Concerning the regularity, there are some analogies as well. A regular conditional probability measure is a version of conditional probability which is a probability measure $\omega$-wise. So this is a version of the stochastic process $\{\mathsf P (A\mid \mathcal G), A\in \mathcal B\}$ having certain good properties: additivity, continuity.
An even stronger connection between these notions manifests if we speak of a regular conditional distribution. The latter is a version of conditional distribution $\mathsf P(X\in A\mid \mathcal G)$, which is also a probability measure on $\mathcal B(\mathbb{R})$. A regular conditional distribution is best described by its regular conditional cumulative distribution function $F_{(X\mid \mathcal G)}$. Being indexed by $\mathbb{R}$, this is a more conventional stochastic process. More precisely, a regular conditional cdf is a version of $F(t) = P(X\le t\mid \mathcal G)$, $t\in\mathbb{R}$, such that, $\omega$-wise, it is a cumulative distribution function, i.e.

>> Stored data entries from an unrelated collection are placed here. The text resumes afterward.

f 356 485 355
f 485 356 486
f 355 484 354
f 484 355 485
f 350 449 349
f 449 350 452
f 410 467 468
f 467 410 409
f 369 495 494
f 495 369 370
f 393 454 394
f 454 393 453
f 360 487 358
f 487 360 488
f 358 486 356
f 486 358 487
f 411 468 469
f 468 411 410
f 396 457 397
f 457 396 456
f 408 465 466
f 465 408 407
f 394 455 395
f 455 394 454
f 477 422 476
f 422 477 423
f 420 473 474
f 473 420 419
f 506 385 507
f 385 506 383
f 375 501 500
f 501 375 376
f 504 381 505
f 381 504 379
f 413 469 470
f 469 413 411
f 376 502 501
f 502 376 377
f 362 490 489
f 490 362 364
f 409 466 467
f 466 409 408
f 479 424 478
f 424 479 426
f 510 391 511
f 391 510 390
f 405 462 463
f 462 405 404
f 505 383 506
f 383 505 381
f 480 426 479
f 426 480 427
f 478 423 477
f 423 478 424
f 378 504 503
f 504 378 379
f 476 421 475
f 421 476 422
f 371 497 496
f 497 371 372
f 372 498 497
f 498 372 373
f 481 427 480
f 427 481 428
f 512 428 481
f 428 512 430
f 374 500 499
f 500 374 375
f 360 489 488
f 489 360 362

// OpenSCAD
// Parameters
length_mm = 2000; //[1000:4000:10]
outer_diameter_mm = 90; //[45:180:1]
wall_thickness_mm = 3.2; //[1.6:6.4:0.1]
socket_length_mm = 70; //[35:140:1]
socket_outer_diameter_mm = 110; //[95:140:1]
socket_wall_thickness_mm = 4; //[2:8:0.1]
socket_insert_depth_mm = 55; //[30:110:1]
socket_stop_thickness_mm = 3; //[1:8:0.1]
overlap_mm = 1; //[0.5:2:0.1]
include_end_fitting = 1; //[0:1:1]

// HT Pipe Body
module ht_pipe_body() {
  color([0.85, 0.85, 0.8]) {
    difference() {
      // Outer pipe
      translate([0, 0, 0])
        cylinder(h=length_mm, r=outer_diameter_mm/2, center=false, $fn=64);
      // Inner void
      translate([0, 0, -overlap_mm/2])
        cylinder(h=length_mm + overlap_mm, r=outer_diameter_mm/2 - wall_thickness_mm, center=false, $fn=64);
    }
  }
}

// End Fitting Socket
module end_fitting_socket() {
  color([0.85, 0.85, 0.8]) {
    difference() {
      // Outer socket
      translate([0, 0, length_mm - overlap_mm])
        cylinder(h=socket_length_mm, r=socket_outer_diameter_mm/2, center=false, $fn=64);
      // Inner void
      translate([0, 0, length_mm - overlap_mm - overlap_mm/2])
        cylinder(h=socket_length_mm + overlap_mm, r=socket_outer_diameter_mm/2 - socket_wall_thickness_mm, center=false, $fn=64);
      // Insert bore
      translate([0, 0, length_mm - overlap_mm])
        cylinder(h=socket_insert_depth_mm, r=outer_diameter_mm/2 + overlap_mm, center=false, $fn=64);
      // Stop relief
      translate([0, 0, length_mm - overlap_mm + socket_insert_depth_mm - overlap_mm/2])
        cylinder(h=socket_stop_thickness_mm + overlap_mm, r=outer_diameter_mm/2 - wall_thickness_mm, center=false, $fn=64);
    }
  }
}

$\lim_{t\to-\infty} F_{(X\mid \mathcal G)}(t)=0$, $\lim_{t\to+\infty} F_{(X\mid \mathcal G)}(t)=0$;
$F_{(X\mid \mathcal G)}$ is non-decreasing;
for each $t\in \mathbb R$, $\lim_{s\to t+}F_{(X\mid \mathcal G)}(s) = F_{(X\mid \mathcal G)}(t)$.
And it is easy to see that the regular conditional cdf $F_{(X\mid \mathcal G)}$ is just the càdlàg version of $F$. Thus, there is a strong link between regular conditional distributions and regular (= càdlàg) stochastic processes.